More critically, China's containment poses risks to the well-being of 1.4 billion Chinese people whose basic human right to live and prosper would be threatened; it will also have a trickle-down effect on dozens of developing countries and billions of people whose fates are tied with China’s growth and investments and infrastructure development. The North-South divide will widen. Poverty will rise. Anti-western sentiments will grow.
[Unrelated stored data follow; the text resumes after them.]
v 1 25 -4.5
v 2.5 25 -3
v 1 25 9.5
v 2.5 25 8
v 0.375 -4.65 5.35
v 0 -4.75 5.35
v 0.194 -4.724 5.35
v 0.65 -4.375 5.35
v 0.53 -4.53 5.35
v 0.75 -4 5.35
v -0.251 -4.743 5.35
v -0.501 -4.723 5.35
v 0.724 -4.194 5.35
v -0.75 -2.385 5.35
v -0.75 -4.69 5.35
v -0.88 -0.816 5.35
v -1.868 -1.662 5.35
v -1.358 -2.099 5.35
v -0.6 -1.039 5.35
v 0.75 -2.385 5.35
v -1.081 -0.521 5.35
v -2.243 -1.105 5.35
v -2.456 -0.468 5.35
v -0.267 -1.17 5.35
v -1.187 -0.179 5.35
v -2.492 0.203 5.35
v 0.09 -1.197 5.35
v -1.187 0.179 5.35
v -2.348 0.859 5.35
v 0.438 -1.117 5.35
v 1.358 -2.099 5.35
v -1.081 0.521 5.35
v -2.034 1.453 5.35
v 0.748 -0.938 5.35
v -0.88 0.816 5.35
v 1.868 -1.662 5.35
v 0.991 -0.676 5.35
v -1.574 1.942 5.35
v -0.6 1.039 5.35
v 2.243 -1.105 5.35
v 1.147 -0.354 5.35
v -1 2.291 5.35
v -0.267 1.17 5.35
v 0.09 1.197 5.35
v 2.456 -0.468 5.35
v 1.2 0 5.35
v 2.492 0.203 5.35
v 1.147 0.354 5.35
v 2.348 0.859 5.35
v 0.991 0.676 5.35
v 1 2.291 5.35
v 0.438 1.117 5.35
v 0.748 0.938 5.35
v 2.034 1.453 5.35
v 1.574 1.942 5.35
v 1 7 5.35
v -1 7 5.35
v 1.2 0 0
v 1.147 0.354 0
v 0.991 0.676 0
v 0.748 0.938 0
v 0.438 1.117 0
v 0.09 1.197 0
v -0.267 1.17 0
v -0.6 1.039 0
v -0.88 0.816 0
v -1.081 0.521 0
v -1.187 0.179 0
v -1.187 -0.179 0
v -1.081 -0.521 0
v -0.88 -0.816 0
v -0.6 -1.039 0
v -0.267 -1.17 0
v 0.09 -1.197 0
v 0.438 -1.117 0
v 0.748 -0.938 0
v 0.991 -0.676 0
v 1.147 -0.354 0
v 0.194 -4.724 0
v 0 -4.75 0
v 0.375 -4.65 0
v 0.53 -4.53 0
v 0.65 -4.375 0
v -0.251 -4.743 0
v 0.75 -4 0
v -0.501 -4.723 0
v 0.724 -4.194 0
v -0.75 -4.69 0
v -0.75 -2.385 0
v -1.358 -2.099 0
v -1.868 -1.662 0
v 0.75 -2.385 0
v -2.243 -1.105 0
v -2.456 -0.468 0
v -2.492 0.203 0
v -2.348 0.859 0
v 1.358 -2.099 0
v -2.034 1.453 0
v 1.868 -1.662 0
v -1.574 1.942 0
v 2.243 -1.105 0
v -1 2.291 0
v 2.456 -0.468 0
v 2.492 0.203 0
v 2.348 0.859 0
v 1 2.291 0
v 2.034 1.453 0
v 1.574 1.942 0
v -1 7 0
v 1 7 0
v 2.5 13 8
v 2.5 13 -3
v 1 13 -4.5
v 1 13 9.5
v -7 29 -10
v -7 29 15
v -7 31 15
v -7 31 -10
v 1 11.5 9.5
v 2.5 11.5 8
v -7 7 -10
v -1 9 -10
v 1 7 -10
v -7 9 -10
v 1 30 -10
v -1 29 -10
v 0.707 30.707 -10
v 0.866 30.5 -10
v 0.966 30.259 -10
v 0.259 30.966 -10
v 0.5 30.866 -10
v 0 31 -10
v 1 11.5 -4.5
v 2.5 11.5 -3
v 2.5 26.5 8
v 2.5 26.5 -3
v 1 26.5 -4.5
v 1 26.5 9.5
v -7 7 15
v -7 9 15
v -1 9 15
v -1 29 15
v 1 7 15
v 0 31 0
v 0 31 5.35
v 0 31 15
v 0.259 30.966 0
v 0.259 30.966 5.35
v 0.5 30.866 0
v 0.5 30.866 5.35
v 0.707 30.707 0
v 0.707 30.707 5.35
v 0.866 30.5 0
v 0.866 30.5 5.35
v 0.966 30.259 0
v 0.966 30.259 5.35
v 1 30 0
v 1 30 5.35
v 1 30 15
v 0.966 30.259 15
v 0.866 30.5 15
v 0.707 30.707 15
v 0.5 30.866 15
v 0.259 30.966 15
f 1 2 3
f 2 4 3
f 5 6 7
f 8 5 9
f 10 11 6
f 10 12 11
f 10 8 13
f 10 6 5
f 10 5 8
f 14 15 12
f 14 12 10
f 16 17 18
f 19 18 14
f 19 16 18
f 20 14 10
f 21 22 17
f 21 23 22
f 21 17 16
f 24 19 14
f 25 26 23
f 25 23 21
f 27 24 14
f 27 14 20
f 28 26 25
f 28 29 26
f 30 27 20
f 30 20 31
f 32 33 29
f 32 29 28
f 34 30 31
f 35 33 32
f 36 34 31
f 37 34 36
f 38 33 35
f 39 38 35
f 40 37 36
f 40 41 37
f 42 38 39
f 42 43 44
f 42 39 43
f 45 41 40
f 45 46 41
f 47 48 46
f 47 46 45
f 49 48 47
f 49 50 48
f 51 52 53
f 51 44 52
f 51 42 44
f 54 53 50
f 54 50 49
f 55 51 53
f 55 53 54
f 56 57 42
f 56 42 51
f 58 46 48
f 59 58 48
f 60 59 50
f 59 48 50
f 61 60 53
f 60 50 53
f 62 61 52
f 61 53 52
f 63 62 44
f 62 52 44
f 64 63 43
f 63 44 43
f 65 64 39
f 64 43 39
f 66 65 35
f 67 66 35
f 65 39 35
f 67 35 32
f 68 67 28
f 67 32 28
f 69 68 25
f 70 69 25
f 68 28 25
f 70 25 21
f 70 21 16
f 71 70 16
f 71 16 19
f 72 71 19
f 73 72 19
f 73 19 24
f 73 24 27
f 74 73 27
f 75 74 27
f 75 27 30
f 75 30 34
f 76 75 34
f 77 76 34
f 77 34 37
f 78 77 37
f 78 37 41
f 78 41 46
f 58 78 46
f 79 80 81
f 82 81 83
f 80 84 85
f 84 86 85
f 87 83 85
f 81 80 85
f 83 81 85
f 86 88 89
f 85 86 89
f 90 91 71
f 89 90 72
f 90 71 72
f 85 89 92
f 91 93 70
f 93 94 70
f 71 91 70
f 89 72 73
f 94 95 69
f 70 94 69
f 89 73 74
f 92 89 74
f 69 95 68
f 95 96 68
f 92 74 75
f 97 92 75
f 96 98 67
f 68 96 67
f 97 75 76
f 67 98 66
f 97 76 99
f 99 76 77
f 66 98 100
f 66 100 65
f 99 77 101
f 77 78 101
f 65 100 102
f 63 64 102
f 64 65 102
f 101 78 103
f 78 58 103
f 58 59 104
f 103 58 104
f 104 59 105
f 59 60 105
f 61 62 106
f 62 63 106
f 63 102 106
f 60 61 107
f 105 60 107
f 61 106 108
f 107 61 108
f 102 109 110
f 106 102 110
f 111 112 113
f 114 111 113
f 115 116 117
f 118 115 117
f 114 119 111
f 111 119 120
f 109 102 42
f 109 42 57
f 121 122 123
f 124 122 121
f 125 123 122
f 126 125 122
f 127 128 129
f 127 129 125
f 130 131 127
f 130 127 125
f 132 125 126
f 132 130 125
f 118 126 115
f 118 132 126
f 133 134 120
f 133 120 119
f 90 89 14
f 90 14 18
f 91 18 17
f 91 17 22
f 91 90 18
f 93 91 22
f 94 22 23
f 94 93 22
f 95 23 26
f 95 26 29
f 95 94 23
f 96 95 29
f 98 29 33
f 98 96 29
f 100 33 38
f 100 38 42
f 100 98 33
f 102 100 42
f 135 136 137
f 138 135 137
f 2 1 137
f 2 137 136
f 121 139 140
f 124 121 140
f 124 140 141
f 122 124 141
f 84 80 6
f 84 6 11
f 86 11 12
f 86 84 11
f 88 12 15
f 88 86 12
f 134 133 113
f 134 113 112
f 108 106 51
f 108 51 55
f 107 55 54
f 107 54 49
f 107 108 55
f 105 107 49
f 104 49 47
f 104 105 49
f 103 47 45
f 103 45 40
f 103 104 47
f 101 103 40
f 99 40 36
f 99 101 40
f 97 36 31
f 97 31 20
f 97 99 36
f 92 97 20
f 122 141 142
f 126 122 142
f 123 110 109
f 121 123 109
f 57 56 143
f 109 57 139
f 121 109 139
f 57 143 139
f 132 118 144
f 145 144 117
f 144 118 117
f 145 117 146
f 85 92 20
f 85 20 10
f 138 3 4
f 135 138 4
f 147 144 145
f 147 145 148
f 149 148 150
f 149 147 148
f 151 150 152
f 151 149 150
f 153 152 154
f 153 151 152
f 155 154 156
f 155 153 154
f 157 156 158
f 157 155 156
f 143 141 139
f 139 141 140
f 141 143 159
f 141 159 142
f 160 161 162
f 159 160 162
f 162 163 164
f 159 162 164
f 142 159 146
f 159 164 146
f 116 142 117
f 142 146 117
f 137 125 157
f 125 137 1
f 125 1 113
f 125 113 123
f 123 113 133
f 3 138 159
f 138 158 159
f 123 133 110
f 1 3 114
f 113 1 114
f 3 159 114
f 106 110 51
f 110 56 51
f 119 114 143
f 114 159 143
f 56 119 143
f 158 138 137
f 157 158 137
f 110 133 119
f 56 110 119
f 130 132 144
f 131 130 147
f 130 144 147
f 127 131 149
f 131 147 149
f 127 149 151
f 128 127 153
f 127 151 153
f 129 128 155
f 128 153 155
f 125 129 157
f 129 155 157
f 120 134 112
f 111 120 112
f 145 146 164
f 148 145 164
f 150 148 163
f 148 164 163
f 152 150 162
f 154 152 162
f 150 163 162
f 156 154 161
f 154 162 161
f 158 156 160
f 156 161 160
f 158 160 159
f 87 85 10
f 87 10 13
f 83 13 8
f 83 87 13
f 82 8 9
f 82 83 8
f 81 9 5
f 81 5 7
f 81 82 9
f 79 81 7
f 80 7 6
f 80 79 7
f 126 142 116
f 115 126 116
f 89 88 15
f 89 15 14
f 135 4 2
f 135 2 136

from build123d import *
from build123d.topology import SkipClean

# Parameters (mm, degrees)
LEVER_R                       = 1
BOSS_EXTRUDE1_DEPTH           = 5.35
SKETCH1_R                     = 1.2
CUT_EXTRUDE1_DEPTH            = 32.557448
UPPERJAW_DEPTH                = 5.35
SKETCH5_W                     = 6
SKETCH5_H                     = 2
LOWERJAW_DEPTH                = 5.35
BANDCAPTURE_DEPTH             = 5
BANDCAPTURE_DEPTH_BACK        = 10
SKETCH6_W                     = 1.5
SKETCH6_H                     = 15
CUT_EXTRUDE3_DEPTH            = 34.316662
CUT_EXTRUDE3_DEPTH_BACK       = 34.316662
SKETCH7_W                     = 1.5
SKETCH7_H                     = 12
BATTERYCRADLEWIDTH_DEPTH      = 10
BATTERYCRADLEWIDTH_DEPTH_BACK = 15
CHAMFER1_SIZE                 = 2


with BuildPart() as part:
    # lever → Boss-Extrude1 (new body)
    with BuildSketch(Plane.XY):
        with BuildLine():
            Line((-0.75, -4.690416), (-0.75, -2.384848))
            ThreePointArc((-0.75, -2.384848), (-2.496435, -0.133467), (-1, 2.291288))
            Line((-1, 2.291288), (-1, 30))
            ThreePointArc((-1, 30), (0, 31), (1, 30))
            Line((1, 30), (1, 2.291288))
            ThreePointArc((1, 2.291288), (2.496435, -0.133467), (0.75, -2.384848))
            Line((0.75, -2.384848), (0.75, -4))
            ThreePointArc((0.75, -4), (0.53033, -4.53033), (0, -4.75))
            ThreePointArc((0, -4.75), (-0.376182, -4.735081), (-0.75, -4.690416))
        make_face()
        Circle(LEVER_R, mode=Mode.SUBTRACT)
    extrude(amount=BOSS_EXTRUDE1_DEPTH)

    # Sketch1 → Cut-Extrude1 (cut, through all)
    with BuildSketch(Plane.XY.offset(5.35)):
        Circle(SKETCH1_R)
    extrude(amount=-CUT_EXTRUDE1_DEPTH, mode=Mode.SUBTRACT)

    # Sketch4 → UpperJaw (add)
    with BuildSketch(Plane(origin=(0, 0, 0), x_dir=(-1, 0, 0), z_dir=(0, 0, -1))):
        with BuildLine():
            Line((0, 31), (7, 31))
            Line((7, 31), (7, 29))
            Line((7, 29), (1, 29))
            Line((1, 29), (1, 30))
            ThreePointArc((1, 30), (0.707107, 30.707107), (0, 31))
        make_face()
    extrude(amount=-UPPERJAW_DEPTH)

    # Sketch5 → LowerJaw (add, through all)
    with BuildSketch(Plane(origin=(0, 0, 0), x_dir=(-1, 0, 0), z_dir=(0, 0, -1))):
        with Locations((4, 8)):
            Rectangle(SKETCH5_W, SKETCH5_H)
    extrude(amount=-LOWERJAW_DEPTH)

    # Sketch6 → BandCapture (add, two sides: drawn at the far end of the back side and taken through both)
    with BuildSketch(Plane(origin=(0, 0, 0), x_dir=(-1, 0, 0), z_dir=(0, 0, -1)).offset(-BANDCAPTURE_DEPTH_BACK)):
        with Locations((-1.75, 19)):
            Rectangle(SKETCH6_W, SKETCH6_H)
    extrude(amount=BANDCAPTURE_DEPTH + BANDCAPTURE_DEPTH_BACK)

    # Sketch7 → Cut-Extrude3 (cut, two sides: drawn at the far end of the back side and taken through both)
    with BuildSketch(Plane(origin=(0, 0, 0), x_dir=(-1, 0, 0), z_dir=(0, 0, -1)).offset(-CUT_EXTRUDE3_DEPTH_BACK)):
        with Locations((-1.75, 19)):
            Rectangle(SKETCH7_W, SKETCH7_H)
    extrude(amount=CUT_EXTRUDE3_DEPTH + CUT_EXTRUDE3_DEPTH_BACK, mode=Mode.SUBTRACT)

    # Sketch8 → BatteryCradleWidth (add, two sides: drawn at the far end of the back side and taken through both)
    with SkipClean():  # the faces are left unmerged after this step: merging them gives an invalid solid
        with BuildSketch(Plane(origin=(0, 0, 0), x_dir=(-1, 0, 0), z_dir=(0, 0, -1)).offset(-BATTERYCRADLEWIDTH_DEPTH_BACK)):
            with BuildLine():
                Line((-1, 7), (7, 7))
                Line((7, 7), (7, 9))
                Line((7, 9), (1, 9))
                Line((1, 9), (1, 29))
                Line((1, 29), (7, 29))
                Line((7, 29), (7, 31))
                Line((7, 31), (0, 31))
                ThreePointArc((0, 31), (-0.707107, 30.707107), (-1, 30))
                Line((-1, 30), (-1, 7))
            make_face()
        extrude(amount=BATTERYCRADLEWIDTH_DEPTH + BATTERYCRADLEWIDTH_DEPTH_BACK)

    # Chamfer1
    # the kernel refuses this chamfer: 2 mm, written as the material it takes off along each edge
    with BuildSketch(Plane(origin=(2.5, 19.856634, 10), x_dir=(-0.9996219169112968, 0, 0.027495876610586487), z_dir=(0, 1, 0))) as chamfer1_piece_1_section:
        Polygon((CHAMFER1_SIZE * 0.999621916911, -CHAMFER1_SIZE * 0.0274958766106), (-CHAMFER1_SIZE * 0.0274958766106, -CHAMFER1_SIZE * 0.999621916911), (0, 0), align=None)
    chamfer1_piece_1 = extrude(amount=11.786732, mode=Mode.PRIVATE)
    chamfer1_piece_1 = split(chamfer1_piece_1, bisect_by=Plane(origin=(1, 25.75, 9.296082), z_dir=(1, 0, 0)), keep=Keep.TOP, mode=Mode.PRIVATE)
    add(chamfer1_piece_1, mode=Mode.SUBTRACT)
    with BuildSketch(Plane(origin=(2.5, 6.356634, 10), x_dir=(-0.9996219169112968, 0, 0.027495876610586487), z_dir=(0, 1, 0))) as chamfer1_piece_2_section:
        Polygon((CHAMFER1_SIZE * 0.999621916911, -CHAMFER1_SIZE * 0.0274958766106), (-CHAMFER1_SIZE * 0.0274958766106, -CHAMFER1_SIZE * 0.999621916911), (0, 0), align=None)
    chamfer1_piece_2 = extrude(amount=11.786732, mode=Mode.PRIVATE)
    chamfer1_piece_2 = split(chamfer1_piece_2, bisect_by=Plane(origin=(1, 12.25, 9.296082), z_dir=(1, 0, 0)), keep=Keep.TOP, mode=Mode.PRIVATE)
    add(chamfer1_piece_2, mode=Mode.SUBTRACT)
    with BuildSketch(Plane(origin=(2.5, 6.356634, -5), x_dir=(-0.9996219169112968, 0, -0.027495876610586487), z_dir=(0, 1, 0))) as chamfer1_piece_3_section:
        Polygon((CHAMFER1_SIZE * 0.999621916911, CHAMFER1_SIZE * 0.0274958766106), (-CHAMFER1_SIZE * 0.0274958766106, CHAMFER1_SIZE * 0.999621916911), (0, 0), align=None)
    chamfer1_piece_3 = extrude(amount=11.786732, mode=Mode.PRIVATE)
    chamfer1_piece_3 = split(chamfer1_piece_3, bisect_by=Plane(origin=(1, 12.25, -4.296082), z_dir=(1, 0, 0)), keep=Keep.TOP, mode=Mode.PRIVATE)
    add(chamfer1_piece_3, mode=Mode.SUBTRACT)
    with BuildSketch(Plane(origin=(2.5, 19.856634, -5), x_dir=(-0.9996219169112968, 0, -0.027495876610586487), z_dir=(0, 1, 0))) as chamfer1_piece_4_section:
“De-risking,” a watered-down version of “decoupling,” risks these repercussions to spread vertically and horizontally. Unveiled by the European Commission President Ursula von der Leyen in March, the face-lift of the US economic coercion is neither beneficial for the bloc nor endorsed by the people of the major regional economies who were less supportive and more averse to the concept even before it was institutionalized at the wealthy-only summit in Hiroshima. Several leaders and political figures in the continent also hold similar views and remain too worried about Biden’s China policy, believing trade relations with Beijing are vital for them.
While the US and Europe need to weigh up the unintended consequences of the rhetorical change ("decoupling" to "de-risking") as billions around the world are watching the US sanctions war against China in horror that is much more likely to push them further to the brink, Washington should end its illegitimate and unlawful economic blockade of Afghanistan, Cuba, Iran, and other countries, depriving millions of food, electricity, and medicine and crucifying them with relentless brutality.